You were right about the check valve ended up chasing a leak and turned out to be the check valve leaking back into the compressor. Replaced the check valve and all is good. The stock Viair check valves really do suck!


----------



## northendroid (Sep 16, 2014)

*It's finally done!!*

At 2:00 am last night got the air suspension in and tested. Heading to Eurokracy in Mirabel, Quebec tomorrow with my son.

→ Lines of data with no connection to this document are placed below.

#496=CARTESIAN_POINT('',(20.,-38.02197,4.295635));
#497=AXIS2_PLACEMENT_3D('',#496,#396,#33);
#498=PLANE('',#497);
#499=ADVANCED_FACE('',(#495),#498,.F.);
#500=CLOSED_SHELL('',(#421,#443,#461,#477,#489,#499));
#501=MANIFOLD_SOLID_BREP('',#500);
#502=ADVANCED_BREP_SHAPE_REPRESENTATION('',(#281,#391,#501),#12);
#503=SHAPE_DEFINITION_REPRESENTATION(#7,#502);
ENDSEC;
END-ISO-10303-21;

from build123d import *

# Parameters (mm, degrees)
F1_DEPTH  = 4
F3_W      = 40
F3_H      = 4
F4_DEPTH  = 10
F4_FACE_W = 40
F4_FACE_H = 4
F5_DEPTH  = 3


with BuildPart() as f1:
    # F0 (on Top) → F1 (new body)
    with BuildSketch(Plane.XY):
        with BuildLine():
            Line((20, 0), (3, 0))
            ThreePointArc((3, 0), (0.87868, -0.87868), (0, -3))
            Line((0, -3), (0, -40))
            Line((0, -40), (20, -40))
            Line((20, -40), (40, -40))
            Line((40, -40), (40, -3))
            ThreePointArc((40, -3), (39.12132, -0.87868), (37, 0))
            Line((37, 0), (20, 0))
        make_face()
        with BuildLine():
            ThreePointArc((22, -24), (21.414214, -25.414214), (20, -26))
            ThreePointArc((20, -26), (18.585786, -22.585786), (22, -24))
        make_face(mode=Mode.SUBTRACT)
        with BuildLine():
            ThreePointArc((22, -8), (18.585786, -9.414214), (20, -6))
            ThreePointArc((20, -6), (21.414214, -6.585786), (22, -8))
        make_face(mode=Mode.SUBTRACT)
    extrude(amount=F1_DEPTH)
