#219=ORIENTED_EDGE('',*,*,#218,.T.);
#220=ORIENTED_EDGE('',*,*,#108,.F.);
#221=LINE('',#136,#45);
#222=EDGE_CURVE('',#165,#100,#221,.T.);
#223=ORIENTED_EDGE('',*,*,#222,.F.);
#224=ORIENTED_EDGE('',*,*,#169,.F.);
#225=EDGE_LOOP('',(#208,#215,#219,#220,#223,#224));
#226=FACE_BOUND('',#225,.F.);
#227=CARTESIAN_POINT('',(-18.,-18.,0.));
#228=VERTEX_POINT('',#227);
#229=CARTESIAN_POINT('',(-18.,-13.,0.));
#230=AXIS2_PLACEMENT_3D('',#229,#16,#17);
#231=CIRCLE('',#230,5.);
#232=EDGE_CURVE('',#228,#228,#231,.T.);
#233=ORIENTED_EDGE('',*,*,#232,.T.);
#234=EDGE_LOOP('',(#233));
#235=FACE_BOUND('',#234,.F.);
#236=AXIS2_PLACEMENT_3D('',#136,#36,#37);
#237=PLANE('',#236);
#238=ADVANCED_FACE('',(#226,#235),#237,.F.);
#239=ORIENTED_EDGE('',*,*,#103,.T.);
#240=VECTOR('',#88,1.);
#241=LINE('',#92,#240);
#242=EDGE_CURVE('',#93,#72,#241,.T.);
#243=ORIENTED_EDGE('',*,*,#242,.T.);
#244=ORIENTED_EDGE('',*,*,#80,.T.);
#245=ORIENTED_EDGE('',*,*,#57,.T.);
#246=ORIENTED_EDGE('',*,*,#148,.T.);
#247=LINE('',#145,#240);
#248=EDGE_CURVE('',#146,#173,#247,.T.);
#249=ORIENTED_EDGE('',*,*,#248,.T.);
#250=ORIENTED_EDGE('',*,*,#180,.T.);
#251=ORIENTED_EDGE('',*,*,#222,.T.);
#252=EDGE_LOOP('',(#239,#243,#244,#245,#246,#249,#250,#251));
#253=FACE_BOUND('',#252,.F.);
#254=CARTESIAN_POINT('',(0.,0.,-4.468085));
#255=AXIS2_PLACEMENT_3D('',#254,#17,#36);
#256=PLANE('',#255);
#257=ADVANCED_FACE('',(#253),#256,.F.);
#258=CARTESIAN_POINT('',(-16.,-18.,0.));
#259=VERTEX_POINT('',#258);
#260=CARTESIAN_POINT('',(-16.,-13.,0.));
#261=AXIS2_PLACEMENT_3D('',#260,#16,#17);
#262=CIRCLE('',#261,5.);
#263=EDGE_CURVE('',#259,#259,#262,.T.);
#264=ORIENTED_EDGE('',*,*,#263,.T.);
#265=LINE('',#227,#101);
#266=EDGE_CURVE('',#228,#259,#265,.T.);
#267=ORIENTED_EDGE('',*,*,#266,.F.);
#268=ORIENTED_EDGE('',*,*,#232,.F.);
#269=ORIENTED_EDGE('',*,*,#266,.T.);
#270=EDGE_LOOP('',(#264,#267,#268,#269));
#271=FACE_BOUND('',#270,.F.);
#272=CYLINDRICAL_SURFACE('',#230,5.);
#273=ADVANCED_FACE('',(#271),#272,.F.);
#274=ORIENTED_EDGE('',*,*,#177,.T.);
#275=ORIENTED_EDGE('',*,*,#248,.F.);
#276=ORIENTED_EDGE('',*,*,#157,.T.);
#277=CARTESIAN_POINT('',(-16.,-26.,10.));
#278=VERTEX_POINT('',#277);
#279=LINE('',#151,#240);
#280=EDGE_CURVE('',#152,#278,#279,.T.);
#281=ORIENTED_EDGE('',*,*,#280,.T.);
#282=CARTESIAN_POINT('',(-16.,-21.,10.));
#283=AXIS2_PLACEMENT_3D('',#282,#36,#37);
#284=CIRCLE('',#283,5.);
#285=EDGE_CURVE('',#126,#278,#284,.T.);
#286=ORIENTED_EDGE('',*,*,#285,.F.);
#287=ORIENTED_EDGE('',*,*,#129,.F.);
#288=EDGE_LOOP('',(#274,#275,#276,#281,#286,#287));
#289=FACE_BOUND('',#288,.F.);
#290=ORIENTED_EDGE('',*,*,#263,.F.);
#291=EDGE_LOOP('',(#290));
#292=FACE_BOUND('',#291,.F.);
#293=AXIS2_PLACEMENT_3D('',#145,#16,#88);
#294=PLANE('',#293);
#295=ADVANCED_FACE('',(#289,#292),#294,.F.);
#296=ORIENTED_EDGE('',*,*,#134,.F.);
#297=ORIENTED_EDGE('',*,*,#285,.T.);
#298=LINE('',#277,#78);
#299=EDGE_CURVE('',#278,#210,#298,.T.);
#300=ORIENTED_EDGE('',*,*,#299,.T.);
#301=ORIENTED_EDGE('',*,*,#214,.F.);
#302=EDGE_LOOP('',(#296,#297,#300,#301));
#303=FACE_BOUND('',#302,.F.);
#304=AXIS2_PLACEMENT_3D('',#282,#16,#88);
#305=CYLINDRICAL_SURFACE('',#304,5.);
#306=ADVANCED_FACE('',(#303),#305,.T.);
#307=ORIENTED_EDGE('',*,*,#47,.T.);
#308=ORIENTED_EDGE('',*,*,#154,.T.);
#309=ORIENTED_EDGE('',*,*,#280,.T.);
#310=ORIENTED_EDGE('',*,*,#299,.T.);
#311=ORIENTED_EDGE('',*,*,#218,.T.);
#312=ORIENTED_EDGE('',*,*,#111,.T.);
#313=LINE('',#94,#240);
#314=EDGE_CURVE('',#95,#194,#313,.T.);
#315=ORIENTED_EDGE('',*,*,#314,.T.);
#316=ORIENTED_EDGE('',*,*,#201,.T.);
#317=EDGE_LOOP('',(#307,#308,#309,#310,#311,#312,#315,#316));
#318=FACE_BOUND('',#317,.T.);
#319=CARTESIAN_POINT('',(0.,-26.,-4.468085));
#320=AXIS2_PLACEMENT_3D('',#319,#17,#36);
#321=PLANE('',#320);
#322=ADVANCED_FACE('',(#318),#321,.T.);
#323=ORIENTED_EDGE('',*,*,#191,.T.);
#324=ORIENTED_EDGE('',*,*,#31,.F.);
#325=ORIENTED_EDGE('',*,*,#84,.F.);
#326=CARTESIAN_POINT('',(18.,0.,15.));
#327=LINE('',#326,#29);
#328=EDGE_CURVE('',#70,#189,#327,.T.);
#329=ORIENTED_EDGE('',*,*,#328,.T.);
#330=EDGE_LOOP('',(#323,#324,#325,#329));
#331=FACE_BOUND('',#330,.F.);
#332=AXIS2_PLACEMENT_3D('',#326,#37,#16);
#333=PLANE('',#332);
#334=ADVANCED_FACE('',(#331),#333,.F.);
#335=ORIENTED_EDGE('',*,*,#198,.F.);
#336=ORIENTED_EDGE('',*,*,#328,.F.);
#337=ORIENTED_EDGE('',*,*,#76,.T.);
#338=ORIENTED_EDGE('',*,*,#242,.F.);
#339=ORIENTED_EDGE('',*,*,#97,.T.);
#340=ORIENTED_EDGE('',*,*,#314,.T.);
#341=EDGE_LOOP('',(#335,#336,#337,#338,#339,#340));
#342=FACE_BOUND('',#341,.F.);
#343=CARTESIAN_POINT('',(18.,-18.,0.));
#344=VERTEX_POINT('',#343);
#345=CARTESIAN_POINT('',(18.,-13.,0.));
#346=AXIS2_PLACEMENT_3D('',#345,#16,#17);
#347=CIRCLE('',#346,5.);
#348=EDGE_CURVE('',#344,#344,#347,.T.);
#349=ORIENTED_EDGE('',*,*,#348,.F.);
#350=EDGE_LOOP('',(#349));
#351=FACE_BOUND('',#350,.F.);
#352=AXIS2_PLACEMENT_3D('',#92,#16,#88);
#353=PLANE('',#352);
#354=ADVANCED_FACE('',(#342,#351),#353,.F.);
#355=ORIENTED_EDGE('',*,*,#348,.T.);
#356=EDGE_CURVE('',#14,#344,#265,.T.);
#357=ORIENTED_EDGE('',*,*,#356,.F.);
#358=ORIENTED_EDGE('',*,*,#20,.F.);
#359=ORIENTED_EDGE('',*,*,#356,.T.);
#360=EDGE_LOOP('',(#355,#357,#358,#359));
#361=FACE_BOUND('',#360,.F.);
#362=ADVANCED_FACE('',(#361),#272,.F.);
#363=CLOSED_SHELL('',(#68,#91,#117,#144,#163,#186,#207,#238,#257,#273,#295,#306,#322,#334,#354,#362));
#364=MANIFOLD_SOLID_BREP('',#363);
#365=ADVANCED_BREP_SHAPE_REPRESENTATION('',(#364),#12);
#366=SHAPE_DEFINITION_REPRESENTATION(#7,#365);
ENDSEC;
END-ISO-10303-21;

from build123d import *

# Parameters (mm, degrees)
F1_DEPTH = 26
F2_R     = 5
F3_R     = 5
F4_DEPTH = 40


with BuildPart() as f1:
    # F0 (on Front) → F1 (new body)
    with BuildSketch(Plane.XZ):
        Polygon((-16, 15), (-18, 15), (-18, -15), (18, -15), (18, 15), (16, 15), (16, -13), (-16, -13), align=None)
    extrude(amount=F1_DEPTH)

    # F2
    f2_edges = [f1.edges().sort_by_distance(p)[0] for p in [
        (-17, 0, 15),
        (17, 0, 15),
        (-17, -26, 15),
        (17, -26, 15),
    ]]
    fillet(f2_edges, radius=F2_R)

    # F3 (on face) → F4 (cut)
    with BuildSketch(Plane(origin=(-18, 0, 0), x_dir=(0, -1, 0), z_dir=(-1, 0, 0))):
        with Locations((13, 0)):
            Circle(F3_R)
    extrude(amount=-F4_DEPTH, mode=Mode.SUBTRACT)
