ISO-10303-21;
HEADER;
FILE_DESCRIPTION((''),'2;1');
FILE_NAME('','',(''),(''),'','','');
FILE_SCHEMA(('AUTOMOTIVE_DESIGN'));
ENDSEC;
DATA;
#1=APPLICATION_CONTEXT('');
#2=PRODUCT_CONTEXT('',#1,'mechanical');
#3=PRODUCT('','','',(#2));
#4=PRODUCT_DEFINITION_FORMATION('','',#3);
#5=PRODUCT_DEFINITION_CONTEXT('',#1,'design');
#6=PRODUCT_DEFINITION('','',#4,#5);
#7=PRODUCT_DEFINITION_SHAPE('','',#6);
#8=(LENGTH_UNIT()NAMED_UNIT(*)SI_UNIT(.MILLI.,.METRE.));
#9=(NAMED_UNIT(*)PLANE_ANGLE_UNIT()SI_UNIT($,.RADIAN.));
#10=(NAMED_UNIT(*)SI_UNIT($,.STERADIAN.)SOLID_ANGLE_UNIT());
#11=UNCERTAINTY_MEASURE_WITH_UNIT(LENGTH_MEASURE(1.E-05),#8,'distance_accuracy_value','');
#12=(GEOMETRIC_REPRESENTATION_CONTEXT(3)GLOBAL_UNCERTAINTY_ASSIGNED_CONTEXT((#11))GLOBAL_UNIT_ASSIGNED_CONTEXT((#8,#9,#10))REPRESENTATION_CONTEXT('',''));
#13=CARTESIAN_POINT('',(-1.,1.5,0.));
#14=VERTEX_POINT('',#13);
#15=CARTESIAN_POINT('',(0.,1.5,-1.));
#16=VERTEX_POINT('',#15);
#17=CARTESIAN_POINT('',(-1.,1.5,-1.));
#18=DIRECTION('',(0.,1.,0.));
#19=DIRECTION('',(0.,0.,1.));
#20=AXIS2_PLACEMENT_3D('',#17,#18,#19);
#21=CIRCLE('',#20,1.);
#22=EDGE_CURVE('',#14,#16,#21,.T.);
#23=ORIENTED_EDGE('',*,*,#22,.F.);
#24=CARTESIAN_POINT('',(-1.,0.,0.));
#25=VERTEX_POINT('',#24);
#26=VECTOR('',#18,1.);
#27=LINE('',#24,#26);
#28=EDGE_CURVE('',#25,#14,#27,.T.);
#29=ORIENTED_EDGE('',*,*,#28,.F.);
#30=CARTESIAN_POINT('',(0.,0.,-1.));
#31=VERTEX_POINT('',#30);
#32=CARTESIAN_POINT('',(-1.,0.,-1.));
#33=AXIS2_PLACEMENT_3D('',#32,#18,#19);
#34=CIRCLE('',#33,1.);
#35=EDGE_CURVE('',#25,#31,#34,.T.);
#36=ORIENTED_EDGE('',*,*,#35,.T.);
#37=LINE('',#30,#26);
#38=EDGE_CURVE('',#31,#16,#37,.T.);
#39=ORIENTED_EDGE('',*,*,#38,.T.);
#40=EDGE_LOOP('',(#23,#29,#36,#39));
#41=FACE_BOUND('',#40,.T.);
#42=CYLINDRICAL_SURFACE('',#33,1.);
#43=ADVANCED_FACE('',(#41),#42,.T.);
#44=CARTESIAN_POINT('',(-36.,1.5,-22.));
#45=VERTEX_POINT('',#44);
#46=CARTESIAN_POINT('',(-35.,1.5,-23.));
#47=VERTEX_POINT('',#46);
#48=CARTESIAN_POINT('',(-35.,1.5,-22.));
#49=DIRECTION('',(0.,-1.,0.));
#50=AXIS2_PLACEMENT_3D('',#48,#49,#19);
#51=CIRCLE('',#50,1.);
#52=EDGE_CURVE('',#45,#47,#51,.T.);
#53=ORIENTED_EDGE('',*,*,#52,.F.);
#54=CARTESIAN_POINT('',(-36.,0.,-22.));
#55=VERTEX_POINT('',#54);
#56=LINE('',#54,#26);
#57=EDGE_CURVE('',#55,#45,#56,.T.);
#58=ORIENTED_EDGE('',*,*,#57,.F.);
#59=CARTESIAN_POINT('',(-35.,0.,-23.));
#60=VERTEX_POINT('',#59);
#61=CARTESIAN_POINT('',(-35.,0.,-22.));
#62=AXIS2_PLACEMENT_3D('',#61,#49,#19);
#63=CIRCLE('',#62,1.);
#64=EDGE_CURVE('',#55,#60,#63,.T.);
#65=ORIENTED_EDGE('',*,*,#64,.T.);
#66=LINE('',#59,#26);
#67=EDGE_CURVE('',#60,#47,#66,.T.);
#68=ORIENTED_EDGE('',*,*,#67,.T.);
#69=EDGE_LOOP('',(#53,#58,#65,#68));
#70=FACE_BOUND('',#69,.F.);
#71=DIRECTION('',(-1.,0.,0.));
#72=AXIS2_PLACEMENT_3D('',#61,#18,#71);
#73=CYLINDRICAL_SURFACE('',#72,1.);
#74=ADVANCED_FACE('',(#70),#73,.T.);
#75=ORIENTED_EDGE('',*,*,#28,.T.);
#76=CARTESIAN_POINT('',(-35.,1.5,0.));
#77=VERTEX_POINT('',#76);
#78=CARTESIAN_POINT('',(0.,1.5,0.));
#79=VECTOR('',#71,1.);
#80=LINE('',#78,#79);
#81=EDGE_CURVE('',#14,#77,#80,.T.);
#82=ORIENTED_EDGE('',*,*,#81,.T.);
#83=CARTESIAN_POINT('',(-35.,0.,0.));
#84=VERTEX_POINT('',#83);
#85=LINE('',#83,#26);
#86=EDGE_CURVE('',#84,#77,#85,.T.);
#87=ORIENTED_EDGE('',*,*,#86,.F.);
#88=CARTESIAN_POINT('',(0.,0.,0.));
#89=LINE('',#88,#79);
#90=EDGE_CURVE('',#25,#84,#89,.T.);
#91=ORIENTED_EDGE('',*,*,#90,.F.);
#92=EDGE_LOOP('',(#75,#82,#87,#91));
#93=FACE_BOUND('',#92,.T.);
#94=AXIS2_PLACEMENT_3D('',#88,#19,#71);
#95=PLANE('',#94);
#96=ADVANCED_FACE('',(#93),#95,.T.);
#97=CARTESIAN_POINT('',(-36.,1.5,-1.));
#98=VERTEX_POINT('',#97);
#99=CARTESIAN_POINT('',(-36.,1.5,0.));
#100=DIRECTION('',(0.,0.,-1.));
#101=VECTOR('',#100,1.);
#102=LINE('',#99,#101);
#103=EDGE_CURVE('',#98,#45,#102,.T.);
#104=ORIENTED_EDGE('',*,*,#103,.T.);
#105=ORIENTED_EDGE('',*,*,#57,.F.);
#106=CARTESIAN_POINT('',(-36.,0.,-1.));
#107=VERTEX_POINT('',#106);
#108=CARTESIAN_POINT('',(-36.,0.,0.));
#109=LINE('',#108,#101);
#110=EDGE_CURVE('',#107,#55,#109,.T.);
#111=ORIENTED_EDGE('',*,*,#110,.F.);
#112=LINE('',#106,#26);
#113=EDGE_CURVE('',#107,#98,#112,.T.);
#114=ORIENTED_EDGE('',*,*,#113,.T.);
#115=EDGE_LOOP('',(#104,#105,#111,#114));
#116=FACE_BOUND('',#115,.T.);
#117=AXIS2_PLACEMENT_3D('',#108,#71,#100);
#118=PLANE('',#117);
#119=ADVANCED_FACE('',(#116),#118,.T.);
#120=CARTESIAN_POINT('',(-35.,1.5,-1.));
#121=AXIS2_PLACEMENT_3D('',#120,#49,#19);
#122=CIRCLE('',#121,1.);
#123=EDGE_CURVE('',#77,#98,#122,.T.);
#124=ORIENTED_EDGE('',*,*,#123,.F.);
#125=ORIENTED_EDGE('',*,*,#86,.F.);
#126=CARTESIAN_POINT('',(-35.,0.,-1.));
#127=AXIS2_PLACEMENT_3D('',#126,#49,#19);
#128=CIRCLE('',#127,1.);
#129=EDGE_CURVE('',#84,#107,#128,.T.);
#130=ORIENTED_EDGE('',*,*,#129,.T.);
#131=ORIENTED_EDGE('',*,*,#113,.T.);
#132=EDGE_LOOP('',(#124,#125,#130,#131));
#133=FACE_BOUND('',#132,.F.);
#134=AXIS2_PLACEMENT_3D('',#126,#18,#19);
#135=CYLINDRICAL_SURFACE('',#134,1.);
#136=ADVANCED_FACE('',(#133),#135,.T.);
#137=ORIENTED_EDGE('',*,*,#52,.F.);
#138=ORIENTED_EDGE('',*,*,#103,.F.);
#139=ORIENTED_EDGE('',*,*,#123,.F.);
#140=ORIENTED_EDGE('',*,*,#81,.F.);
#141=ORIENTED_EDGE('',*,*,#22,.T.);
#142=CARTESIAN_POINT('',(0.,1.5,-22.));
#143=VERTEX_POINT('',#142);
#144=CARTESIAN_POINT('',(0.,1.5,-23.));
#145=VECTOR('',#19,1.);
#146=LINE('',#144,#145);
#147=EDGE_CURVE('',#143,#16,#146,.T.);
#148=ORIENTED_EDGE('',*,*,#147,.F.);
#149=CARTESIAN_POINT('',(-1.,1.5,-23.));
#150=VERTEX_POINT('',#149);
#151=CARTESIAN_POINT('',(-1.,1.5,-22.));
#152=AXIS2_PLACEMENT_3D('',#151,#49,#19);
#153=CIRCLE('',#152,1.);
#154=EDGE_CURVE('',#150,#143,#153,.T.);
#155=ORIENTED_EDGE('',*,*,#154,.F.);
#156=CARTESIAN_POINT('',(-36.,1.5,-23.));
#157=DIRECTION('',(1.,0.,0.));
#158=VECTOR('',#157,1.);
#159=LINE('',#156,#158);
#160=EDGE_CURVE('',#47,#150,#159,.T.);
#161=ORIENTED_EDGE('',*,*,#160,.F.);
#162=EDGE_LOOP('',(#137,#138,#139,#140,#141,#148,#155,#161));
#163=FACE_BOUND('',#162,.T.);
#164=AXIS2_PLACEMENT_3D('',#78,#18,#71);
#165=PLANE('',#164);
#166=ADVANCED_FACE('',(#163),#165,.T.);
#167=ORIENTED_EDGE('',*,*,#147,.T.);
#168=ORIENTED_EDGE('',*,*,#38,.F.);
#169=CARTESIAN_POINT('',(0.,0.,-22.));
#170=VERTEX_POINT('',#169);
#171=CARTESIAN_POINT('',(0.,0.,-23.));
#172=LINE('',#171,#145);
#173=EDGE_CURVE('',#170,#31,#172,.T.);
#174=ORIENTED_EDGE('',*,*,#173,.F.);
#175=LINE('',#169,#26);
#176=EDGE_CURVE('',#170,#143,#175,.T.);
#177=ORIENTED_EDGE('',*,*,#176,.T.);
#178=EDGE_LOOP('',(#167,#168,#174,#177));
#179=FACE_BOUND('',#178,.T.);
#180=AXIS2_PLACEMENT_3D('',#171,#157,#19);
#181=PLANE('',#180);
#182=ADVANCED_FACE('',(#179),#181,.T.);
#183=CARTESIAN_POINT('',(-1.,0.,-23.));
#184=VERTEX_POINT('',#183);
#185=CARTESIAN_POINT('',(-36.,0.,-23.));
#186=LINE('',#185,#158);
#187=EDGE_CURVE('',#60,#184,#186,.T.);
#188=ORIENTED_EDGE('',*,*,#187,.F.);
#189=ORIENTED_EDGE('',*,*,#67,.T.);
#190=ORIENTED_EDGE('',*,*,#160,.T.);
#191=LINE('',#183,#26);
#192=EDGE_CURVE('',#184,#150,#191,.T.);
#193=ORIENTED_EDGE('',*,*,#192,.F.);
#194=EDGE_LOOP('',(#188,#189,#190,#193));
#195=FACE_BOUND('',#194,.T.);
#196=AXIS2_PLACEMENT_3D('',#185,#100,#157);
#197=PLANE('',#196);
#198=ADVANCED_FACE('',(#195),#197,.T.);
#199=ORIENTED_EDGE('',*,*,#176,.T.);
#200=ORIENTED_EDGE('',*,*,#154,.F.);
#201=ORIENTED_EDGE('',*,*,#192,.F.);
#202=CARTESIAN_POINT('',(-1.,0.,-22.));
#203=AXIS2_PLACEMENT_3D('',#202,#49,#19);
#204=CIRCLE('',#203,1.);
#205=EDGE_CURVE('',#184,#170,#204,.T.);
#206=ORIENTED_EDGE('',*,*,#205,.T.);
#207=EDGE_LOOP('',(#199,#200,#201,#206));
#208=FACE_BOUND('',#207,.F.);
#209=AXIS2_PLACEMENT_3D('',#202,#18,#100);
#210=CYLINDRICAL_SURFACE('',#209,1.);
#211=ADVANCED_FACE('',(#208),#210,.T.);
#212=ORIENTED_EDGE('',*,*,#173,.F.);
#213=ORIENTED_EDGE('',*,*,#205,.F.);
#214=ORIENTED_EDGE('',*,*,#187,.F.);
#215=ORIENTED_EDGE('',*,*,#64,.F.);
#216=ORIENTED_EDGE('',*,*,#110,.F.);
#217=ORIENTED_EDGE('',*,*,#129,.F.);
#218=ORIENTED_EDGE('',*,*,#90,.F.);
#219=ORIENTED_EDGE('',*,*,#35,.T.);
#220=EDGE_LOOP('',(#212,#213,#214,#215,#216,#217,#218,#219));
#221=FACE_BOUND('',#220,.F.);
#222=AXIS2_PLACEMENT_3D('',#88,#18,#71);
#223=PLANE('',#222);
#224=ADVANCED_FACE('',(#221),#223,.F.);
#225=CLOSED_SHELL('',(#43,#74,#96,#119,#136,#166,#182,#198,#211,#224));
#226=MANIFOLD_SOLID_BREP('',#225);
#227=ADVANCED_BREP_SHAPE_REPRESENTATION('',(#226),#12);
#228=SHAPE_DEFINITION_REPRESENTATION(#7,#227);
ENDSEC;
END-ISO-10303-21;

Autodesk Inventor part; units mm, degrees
ref_plane "YZ Plane" through (0, 0, 0) normal (1, 0, 0) x (0, 1, 0)
ref_plane "XZ Plane" through (0, 0, 0) normal (0, 1, 0) x (-1, 0, 0)
ref_plane "XY Plane" through (0, 0, 0) normal (0, 0, 1) x (1, 0, 0)
sketch "Sketch1" plane through (0, 0, 0) normal (0, 1, 0) x (-1, 0, 0)
  line L0 (0, 0) -> (36, 0)
  line L1 (36, 0) -> (36, -23)
  line L2 (36, -23) -> (0, -23)
  line L3 (0, -23) -> (0, 0)
  dimension "d0" = 36
  dimension "d1" = 23
extrude "Extrusion1" add sketch "Sketch1" along normal blind 1.5
fillet "Fillet1" radius 1 4 edges at (0, 0.75, 0) (0, 0.75, -23) (-36, 0.75, -23) (-36, 0.75, 0)
properties part number "window"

Changed out the 380C compressor for dual 480C's, finally removed the tape on the air tank.


----------



## bc3racing (Aug 18, 2013)

Well done!


----------



## northendroid (Sep 16, 2014)

bc3racing said:


> Well done!


Thank you loving the stance and ride.


----------



## [email protected] (Feb 19, 2010)

This is one of the most detailed threads that I have seen in a while! Incredible job! I love what you have done here!!! :thumbup::thumbup:


----------



## northendroid (Sep 16, 2014)

[email protected] said:


> This is one of the most detailed threads that I have seen in a while! Incredible job! I love what you have done here!!! :thumbup::thumbup:


Thanks, being detailed will hopefully help someone else with their installation. If there's one thing I can say about installing something like this is "planning" you need to have a vision of what it's going to look like when it's finished, look at all of the components individually and how they'll all fit together as a completed installation if that makes any sense. The strut and rear bag/shock installation was the easy parts everything prior to that took some work. Another tip I'd share is test the trunk setup prior to installing the air ride suspension. By ensuring that the trunk setup it leak free facilitates chasing any additional leaks. The stock Viair check valves suck and you'll save yourself some time and aggravation by going with SMC check valves. Love your company name it's says it all great marketing, love your website as well lots of variety. I ordered some fitting/windshield banner from your site was very pleased with quickness my order was processed. I haven't installed the banner yet waiting to get some other sticker to make it all work together. Like previously mentioned "Bag Riders" reflex what the cars stance/look is all about and secondly great site to rep! I've see a thread or read somewhere about a BBQ you guys have in the summer is that still going on? Be a nice cruise from my hometown


----------



## [email protected] (Feb 19, 2010)

Thank you for the kind words!!! You definitely had the right mindset going into this project! You can never do too many mock setups to ensure that you are ending with a finished product that you are completely satisfied with! There are so many ways to tackle a project like this, and all you can give it is time and patience! We do have an annual BBQ normally around the weekend of Wolfsgart at the end of July, we are still in the process of trying to plan around our busy schedules!! We will be keep everyone informed when we actually have a plan set in stone!


----------



## northendroid (Sep 16, 2014)

[email protected] said:


> Thank you for the kind words!!! You definitely had the right mindset going into this project! You can never do too many mock setups to ensure that you are ending with a finished product that you are completely satisfied with! There are so many ways to tackle a project like this, and all you can give it is time and patience! We do have an annual BBQ normally around the weekend of Wolfsgart at the end of July, we are still in the process of trying to plan around our busy schedules!! We will be keep everyone informed when we actually have a plan set in stone!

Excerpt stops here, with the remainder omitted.